*EXERCISE INSTRUCTIONS*
Below are some entries. Repeat exactly the lines from the one with "f 113 25 27" through the one with "f 155 6 154", and only those.

Dataset entries
━━━━━━
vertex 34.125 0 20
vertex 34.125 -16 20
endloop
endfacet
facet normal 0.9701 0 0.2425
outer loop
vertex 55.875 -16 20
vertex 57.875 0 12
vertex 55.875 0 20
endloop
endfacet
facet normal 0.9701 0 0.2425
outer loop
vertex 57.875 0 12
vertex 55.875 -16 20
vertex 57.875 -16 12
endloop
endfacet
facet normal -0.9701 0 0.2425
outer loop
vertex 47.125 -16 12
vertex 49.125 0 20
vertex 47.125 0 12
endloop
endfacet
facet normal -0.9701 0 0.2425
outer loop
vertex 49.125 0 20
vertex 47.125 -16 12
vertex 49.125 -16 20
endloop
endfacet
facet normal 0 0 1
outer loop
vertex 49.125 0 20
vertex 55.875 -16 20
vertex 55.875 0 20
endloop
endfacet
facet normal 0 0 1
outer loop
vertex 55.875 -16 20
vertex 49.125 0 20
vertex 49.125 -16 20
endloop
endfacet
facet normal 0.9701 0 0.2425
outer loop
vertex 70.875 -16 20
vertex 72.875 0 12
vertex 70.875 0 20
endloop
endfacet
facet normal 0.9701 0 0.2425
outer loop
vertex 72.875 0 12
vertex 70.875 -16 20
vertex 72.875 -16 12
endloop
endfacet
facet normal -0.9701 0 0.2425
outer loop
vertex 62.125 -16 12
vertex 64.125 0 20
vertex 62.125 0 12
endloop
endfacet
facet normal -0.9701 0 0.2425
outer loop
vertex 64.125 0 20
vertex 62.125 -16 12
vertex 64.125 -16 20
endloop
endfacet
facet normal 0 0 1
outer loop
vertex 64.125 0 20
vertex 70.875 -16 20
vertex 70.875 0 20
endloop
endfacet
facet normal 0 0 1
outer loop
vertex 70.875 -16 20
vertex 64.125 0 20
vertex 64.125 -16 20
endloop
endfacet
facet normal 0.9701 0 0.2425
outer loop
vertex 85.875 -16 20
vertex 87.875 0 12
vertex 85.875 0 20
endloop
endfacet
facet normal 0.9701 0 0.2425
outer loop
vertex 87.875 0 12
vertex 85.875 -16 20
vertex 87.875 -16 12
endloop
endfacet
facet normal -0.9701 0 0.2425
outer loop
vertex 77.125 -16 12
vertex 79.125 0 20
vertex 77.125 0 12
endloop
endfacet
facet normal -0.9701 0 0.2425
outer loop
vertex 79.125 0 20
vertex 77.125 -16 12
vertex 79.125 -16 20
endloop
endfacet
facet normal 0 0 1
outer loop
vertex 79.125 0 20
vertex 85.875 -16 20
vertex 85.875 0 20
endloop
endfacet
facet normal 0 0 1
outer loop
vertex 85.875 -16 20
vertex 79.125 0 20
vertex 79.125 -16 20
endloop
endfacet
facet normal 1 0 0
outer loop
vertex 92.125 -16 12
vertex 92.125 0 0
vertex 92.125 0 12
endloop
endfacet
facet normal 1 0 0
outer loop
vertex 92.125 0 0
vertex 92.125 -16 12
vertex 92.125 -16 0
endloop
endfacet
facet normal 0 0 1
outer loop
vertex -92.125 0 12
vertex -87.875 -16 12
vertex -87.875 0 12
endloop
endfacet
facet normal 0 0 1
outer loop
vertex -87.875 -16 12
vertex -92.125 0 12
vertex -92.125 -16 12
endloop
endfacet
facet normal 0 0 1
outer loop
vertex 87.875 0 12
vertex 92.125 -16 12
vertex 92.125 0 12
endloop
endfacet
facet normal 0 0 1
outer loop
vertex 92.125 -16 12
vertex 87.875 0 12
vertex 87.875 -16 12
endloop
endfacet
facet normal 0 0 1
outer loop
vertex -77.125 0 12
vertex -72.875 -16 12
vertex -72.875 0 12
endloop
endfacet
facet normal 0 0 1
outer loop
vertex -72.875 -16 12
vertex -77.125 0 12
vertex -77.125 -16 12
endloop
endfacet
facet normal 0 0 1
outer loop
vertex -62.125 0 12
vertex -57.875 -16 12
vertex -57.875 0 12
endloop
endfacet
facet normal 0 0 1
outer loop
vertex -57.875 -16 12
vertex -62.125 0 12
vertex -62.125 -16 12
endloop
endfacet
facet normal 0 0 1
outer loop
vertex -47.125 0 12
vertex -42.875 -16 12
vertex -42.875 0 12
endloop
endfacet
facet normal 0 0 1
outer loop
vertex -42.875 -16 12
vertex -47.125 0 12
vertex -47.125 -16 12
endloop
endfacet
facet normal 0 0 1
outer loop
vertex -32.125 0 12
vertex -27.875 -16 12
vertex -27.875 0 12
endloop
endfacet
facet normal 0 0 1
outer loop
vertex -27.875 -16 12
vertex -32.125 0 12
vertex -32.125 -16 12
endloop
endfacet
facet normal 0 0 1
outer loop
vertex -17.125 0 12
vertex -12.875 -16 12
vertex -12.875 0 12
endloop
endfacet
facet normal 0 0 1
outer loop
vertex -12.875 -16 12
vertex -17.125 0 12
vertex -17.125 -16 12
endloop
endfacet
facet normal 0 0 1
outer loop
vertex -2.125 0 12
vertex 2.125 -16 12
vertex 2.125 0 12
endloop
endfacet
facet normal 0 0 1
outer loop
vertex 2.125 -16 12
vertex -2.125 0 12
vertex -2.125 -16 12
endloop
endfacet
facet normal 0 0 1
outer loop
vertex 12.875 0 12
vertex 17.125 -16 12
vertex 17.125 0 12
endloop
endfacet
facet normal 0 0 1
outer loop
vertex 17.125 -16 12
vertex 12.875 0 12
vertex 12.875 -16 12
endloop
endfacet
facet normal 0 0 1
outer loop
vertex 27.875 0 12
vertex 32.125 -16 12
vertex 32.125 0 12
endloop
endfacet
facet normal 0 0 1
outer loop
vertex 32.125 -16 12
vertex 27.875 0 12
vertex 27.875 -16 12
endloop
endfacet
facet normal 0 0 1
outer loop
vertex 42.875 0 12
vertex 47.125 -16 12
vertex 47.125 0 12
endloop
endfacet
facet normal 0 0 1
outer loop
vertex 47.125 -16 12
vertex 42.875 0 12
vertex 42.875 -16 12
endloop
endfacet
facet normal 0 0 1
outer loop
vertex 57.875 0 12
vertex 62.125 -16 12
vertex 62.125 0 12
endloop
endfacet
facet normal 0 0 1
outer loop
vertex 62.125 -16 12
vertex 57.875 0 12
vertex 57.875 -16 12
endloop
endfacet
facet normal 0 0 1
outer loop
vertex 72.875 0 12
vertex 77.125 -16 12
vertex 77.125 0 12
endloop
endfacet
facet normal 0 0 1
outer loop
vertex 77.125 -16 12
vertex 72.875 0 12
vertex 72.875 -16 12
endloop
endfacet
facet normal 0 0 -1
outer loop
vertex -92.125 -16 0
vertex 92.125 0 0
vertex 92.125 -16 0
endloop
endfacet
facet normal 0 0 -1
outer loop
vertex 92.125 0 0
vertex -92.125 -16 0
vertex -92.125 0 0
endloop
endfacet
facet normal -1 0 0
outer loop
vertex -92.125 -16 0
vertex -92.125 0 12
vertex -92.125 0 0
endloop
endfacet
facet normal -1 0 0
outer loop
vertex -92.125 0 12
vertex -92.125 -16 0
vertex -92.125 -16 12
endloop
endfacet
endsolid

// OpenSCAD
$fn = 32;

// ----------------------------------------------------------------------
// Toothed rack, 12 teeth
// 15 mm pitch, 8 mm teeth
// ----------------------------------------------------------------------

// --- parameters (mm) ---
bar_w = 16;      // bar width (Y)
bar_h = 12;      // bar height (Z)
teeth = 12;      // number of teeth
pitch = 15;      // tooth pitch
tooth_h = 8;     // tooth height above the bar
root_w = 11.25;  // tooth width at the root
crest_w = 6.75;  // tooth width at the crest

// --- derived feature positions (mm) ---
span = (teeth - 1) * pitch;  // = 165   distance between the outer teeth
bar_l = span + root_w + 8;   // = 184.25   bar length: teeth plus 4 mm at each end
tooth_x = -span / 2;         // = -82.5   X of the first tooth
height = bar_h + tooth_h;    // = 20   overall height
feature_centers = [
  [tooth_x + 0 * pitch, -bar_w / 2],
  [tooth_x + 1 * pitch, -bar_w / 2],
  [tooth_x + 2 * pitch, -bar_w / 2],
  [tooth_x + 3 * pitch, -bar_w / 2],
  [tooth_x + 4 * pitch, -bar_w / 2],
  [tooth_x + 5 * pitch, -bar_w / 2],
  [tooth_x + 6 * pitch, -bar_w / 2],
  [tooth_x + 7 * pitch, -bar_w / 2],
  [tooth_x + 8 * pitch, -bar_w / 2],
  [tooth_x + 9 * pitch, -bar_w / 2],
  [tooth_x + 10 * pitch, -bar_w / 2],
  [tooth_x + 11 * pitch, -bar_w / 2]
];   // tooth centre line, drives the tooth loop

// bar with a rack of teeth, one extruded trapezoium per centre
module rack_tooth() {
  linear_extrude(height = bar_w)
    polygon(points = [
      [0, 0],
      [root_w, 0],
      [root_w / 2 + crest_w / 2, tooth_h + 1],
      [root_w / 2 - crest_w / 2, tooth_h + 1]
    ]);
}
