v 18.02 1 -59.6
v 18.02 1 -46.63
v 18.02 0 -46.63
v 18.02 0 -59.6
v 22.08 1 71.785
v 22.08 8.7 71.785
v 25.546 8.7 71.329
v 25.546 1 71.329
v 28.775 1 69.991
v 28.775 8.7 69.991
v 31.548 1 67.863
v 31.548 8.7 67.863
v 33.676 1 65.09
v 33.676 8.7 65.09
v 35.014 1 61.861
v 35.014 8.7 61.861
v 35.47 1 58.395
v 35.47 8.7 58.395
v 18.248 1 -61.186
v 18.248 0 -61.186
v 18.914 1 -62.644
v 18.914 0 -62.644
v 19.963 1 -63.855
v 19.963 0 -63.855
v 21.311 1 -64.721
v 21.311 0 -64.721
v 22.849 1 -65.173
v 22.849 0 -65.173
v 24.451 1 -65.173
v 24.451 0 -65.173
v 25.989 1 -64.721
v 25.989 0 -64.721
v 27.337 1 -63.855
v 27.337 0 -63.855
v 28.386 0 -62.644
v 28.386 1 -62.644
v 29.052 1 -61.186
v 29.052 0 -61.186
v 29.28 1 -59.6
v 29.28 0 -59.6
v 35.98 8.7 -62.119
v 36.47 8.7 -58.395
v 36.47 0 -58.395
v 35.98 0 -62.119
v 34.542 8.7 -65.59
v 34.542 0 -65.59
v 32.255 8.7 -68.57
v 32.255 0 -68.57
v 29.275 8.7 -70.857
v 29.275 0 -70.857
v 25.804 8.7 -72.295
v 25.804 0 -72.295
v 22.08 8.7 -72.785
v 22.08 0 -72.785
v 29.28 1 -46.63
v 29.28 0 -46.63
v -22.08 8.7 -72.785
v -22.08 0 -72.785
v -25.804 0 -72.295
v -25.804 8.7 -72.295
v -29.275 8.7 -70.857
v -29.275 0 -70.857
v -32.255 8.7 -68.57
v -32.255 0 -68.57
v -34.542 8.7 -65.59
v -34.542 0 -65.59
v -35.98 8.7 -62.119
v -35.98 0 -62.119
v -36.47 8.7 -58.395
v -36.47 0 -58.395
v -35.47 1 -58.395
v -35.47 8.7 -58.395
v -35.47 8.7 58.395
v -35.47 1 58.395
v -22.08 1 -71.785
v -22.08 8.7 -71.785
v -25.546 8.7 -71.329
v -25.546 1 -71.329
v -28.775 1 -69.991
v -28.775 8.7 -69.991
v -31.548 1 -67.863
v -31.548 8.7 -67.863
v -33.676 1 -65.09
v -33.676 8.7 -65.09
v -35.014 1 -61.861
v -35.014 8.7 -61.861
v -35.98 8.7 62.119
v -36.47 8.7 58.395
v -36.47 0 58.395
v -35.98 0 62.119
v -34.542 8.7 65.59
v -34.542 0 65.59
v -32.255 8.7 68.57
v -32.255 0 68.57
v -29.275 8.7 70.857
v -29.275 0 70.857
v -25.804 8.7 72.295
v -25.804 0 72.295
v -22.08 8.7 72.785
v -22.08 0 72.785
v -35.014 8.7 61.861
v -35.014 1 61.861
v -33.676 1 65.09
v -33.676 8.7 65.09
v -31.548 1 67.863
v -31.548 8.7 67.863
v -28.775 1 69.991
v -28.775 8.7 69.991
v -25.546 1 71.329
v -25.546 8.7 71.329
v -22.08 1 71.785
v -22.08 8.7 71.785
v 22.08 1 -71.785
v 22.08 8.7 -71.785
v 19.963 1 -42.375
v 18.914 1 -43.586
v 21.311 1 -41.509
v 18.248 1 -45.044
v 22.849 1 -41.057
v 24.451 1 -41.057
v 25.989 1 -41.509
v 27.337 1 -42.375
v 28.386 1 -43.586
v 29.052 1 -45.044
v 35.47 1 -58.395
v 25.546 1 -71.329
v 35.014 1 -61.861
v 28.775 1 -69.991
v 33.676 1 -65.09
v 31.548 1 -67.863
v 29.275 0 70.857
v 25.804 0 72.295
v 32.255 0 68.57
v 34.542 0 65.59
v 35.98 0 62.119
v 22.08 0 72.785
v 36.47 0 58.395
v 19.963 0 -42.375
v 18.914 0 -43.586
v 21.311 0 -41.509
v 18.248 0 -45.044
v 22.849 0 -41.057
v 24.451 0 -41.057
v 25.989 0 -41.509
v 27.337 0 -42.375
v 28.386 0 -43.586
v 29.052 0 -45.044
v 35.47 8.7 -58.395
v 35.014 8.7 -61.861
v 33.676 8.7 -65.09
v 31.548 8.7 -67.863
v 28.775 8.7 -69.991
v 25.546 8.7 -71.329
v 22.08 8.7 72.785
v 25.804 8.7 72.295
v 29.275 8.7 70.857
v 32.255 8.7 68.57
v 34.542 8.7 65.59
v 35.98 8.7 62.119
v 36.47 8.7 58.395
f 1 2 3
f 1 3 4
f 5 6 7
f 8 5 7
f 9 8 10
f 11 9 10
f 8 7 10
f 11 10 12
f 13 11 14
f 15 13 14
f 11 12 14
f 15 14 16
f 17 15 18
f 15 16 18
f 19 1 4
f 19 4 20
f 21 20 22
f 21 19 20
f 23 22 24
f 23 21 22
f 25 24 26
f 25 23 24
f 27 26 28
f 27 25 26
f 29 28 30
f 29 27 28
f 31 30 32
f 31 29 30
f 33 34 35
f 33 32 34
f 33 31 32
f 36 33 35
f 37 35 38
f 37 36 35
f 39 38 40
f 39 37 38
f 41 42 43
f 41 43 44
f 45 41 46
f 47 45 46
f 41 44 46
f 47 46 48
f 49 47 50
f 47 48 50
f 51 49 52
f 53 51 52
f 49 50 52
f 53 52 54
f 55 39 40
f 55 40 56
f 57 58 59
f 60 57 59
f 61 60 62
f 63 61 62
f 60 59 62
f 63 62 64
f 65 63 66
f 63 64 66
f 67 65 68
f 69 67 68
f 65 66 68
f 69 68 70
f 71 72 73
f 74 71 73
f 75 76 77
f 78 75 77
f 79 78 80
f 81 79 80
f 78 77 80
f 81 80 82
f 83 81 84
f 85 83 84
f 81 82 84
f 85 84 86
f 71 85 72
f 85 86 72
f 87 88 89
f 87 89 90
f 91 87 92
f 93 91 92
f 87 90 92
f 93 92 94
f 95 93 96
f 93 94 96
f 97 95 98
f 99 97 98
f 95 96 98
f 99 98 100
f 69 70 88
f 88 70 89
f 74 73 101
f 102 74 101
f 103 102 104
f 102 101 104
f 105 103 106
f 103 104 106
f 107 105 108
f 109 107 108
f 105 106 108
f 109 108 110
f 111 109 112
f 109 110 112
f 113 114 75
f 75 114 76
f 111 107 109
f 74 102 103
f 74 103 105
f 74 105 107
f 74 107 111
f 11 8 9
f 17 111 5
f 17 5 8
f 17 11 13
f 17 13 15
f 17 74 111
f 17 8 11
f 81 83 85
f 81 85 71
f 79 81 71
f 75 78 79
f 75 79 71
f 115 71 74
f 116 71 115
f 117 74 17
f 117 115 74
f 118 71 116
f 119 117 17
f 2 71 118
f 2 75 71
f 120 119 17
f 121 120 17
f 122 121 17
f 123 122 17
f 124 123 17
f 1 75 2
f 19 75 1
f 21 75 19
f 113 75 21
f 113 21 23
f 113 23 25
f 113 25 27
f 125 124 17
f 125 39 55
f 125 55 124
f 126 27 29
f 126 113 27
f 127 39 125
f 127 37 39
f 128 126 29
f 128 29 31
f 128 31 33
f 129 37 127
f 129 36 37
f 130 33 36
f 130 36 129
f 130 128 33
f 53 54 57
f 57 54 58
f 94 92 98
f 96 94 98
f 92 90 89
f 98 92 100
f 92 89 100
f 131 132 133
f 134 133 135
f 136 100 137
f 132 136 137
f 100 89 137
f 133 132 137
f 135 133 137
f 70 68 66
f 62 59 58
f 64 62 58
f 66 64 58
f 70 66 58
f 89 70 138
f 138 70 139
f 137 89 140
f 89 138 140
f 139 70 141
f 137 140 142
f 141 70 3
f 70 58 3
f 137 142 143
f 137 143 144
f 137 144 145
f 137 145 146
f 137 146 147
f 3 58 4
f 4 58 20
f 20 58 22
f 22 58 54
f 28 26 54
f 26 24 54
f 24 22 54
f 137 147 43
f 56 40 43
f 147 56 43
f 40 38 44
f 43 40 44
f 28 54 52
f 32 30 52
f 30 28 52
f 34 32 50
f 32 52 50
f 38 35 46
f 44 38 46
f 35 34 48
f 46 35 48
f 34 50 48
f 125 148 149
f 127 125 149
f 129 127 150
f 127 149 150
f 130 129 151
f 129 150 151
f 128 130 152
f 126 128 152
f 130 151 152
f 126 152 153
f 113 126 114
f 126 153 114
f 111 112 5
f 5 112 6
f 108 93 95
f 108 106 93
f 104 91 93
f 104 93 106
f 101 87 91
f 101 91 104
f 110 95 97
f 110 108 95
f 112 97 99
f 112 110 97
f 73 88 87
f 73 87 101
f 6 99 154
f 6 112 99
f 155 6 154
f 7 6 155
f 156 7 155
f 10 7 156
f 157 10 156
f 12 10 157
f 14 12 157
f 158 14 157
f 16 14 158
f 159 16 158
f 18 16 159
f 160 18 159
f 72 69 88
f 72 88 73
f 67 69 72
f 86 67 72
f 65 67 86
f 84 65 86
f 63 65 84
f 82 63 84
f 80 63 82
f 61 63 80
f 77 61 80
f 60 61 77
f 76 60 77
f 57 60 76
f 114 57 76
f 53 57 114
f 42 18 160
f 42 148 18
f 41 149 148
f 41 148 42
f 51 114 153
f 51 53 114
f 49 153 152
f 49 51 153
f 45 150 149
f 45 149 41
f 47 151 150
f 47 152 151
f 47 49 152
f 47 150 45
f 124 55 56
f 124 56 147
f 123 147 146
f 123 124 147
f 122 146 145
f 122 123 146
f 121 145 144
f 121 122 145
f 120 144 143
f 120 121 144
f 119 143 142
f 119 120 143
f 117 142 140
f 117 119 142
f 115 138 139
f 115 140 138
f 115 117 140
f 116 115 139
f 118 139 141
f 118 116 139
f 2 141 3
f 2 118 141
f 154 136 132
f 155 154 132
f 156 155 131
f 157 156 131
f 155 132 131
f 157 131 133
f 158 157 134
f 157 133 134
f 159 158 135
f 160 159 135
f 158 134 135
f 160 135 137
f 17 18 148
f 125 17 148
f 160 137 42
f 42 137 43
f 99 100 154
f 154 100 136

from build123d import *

# Parameters (mm, degrees)
BOSS_EXTRUDE1_DEPTH = 8.7
CUT_EXTRUDE1_DEPTH  = 7.7
CUT_EXTRUDE2_DEPTH  = 2


with BuildPart() as part:
    # Sketch1 → Boss-Extrude1 (new body)
    with BuildSketch(Plane(origin=(0, 0, 0), x_dir=(1, 0, 0), z_dir=(0, 1, 0))):
        with BuildLine():
            Line((-22.08, -72.785), (22.08, -72.785))
            ThreePointArc((22.08, -72.785), (32.255266581, -68.570266581), (36.47, -58.395))
            Line((36.47, -58.395), (36.47, 58.395))
            ThreePointArc((36.47, 58.395), (32.255266581, 68.570266581), (22.08, 72.785))
            Line((22.08, 72.785), (-22.08, 72.785))
            ThreePointArc((-22.08, 72.785), (-32.255266581, 68.570266581), (-36.47, 58.395))
            Line((-36.47, 58.395), (-36.47, -58.395))
            ThreePointArc((-36.47, -58.395), (-32.255266581, -68.570266581), (-22.08, -72.785))
        make_face()
    extrude(amount=BOSS_EXTRUDE1_DEPTH)

    # Sketch2 → Cut-Extrude1 (cut)
    with BuildSketch(Plane(origin=(0, 8.7, 0), x_dir=(1, 0, 0), z_dir=(0, 1, 0))):
        with BuildLine():
            Line((-22.08, -71.785), (22.08, -71.785))
            ThreePointArc((22.08, -71.785), (31.5481598, -67.8631598), (35.47, -58.395))
            Line((35.47, -58.395), (35.47, 58.395))
            ThreePointArc((35.47, 58.395), (31.5481598, 67.8631598), (22.08, 71.785))
            Line((22.08, 71.785), (-22.08, 71.785))
            ThreePointArc((-22.08, 71.785), (-31.5481598, 67.8631598), (-35.47, 58.395))
            Line((-35.47, 58.395), (-35.47, -58.395))
            ThreePointArc((-35.47, -58.395), (-31.5481598, -67.8631598), (-22.08, -71.785))
        make_face()
    extrude(amount=-CUT_EXTRUDE1_DEPTH, mode=Mode.SUBTRACT)

    # Sketch3 → Cut-Extrude2 (cut, through all)
    with BuildSketch(Plane(origin=(0, 1, 0), x_dir=(1, 0, 0), z_dir=(0, 1, 0))):
        with BuildLine():
            Line((29.28, 59.6), (29.28, 46.63))
            ThreePointArc((29.28, 46.63), (23.65, 41), (18.02, 46.63))
            Line((18.02, 46.63), (18.02, 59.6))
            ThreePointArc((18.02, 59.6), (23.65, 65.23), (29.28, 59.6))
        make_face()
    extrude(amount=-CUT_EXTRUDE2_DEPTH, mode=Mode.SUBTRACT)


solid = part.part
━━━━━━
*RESPONSE TO THE EXERCISE*
f 113 25 27
f 125 124 17
f 125 39 55
f 125 55 124
f 126 27 29
f 126 113 27
f 127 39 125
f 127 37 39
f 128 126 29
f 128 29 31
f 128 31 33
f 129 37 127
f 129 36 37
f 130 33 36
f 130 36 129
f 130 128 33
f 53 54 57
f 57 54 58
f 94 92 98
f 96 94 98
f 92 90 89
f 98 92 100
f 92 89 100
f 131 132 133
f 134 133 135
f 136 100 137
f 132 136 137
f 100 89 137
f 133 132 137
f 135 133 137
f 70 68 66
f 62 59 58
f 64 62 58
f 66 64 58
f 70 66 58
f 89 70 138
f 138 70 139
f 137 89 140
f 89 138 140
f 139 70 141
f 137 140 142
f 141 70 3
f 70 58 3
f 137 142 143
f 137 143 144
f 137 144 145
f 137 145 146
f 137 146 147
f 3 58 4
f 4 58 20
f 20 58 22
f 22 58 54
f 28 26 54
f 26 24 54
f 24 22 54
f 137 147 43
f 56 40 43
f 147 56 43
f 40 38 44
f 43 40 44
f 28 54 52
f 32 30 52
f 30 28 52
f 34 32 50
f 32 52 50
f 38 35 46
f 44 38 46
f 35 34 48
f 46 35 48
f 34 50 48
f 125 148 149
f 127 125 149
f 129 127 150
f 127 149 150
f 130 129 151
f 129 150 151
f 128 130 152
f 126 128 152
f 130 151 152
f 126 152 153
f 113 126 114
f 126 153 114
f 111 112 5
f 5 112 6
f 108 93 95
f 108 106 93
f 104 91 93
f 104 93 106
f 101 87 91
f 101 91 104
f 110 95 97
f 110 108 95
f 112 97 99
f 112 110 97
f 73 88 87
f 73 87 101
f 6 99 154
f 6 112 99
f 155 6 154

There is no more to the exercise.